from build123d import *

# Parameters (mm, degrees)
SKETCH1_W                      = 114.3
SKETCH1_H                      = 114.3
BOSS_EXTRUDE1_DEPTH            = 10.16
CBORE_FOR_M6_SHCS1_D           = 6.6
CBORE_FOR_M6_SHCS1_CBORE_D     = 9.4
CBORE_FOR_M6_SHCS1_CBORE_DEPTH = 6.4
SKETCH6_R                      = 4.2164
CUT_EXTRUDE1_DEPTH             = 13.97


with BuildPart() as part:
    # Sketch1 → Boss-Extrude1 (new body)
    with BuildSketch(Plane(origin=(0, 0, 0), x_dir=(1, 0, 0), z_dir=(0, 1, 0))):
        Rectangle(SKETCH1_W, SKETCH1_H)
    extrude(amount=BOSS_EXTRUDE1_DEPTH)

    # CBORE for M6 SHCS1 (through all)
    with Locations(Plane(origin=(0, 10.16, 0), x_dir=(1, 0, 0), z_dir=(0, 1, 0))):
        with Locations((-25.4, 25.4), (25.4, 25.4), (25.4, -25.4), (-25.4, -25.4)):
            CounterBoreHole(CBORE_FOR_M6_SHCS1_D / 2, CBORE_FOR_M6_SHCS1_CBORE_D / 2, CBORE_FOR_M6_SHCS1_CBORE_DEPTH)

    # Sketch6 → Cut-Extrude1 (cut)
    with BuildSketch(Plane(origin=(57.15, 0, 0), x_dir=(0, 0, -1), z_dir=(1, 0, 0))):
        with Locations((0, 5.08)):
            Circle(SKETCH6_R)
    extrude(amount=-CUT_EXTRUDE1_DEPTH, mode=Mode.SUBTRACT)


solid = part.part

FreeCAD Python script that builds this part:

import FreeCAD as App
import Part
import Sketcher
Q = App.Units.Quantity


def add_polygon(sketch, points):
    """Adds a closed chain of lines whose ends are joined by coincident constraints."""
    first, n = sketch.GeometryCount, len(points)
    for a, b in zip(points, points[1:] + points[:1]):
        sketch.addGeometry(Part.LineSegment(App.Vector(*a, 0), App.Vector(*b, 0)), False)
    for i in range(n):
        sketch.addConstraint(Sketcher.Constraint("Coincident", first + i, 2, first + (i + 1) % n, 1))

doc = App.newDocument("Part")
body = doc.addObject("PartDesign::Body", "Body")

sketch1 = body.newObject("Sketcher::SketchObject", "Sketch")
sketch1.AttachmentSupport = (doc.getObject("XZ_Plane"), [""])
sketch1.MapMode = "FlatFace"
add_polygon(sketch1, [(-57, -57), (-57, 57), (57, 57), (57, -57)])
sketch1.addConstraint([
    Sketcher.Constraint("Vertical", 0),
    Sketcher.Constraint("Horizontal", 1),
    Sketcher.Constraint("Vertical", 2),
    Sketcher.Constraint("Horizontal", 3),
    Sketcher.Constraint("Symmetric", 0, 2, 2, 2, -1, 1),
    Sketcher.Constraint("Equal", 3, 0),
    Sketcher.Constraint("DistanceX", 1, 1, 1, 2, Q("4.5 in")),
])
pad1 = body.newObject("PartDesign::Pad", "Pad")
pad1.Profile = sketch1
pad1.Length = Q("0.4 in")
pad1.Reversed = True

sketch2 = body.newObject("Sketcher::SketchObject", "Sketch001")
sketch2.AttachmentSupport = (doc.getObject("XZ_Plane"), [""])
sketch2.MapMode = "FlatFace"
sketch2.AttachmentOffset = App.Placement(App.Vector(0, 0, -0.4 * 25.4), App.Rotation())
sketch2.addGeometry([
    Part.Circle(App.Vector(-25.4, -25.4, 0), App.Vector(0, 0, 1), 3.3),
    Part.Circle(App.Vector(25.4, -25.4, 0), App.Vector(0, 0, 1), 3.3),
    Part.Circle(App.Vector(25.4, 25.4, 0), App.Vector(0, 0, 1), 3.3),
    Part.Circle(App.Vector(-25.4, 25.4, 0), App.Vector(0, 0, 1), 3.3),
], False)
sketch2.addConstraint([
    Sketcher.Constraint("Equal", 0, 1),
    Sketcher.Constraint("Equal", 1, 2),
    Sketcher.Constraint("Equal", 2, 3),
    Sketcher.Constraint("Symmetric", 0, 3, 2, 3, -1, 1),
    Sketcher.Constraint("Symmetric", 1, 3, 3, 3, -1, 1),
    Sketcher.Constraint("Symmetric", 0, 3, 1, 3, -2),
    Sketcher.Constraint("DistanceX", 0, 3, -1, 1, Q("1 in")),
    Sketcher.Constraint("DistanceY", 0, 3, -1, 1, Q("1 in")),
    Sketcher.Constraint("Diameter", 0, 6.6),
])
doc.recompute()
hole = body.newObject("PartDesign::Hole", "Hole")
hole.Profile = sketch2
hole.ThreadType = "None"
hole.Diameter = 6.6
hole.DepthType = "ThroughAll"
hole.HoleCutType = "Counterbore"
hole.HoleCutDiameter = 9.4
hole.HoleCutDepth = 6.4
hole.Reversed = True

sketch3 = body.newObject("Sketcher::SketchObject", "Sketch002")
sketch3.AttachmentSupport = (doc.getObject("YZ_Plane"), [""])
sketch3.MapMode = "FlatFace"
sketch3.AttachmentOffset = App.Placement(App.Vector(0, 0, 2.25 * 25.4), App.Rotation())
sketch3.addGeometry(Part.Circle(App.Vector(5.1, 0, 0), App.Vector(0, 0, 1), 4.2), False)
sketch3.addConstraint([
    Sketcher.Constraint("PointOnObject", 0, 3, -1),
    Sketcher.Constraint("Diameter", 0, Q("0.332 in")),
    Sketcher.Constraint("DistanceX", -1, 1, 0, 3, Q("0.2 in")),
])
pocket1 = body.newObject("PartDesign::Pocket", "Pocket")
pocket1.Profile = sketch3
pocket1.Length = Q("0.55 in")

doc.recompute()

DESCRIPTION OF THE TASK:
Gather each line in the entries above where the string "amount" is found.

WORKED SOLUTION:
    extrude(amount=BOSS_EXTRUDE1_DEPTH)
    extrude(amount=-CUT_EXTRUDE1_DEPTH, mode=Mode.SUBTRACT)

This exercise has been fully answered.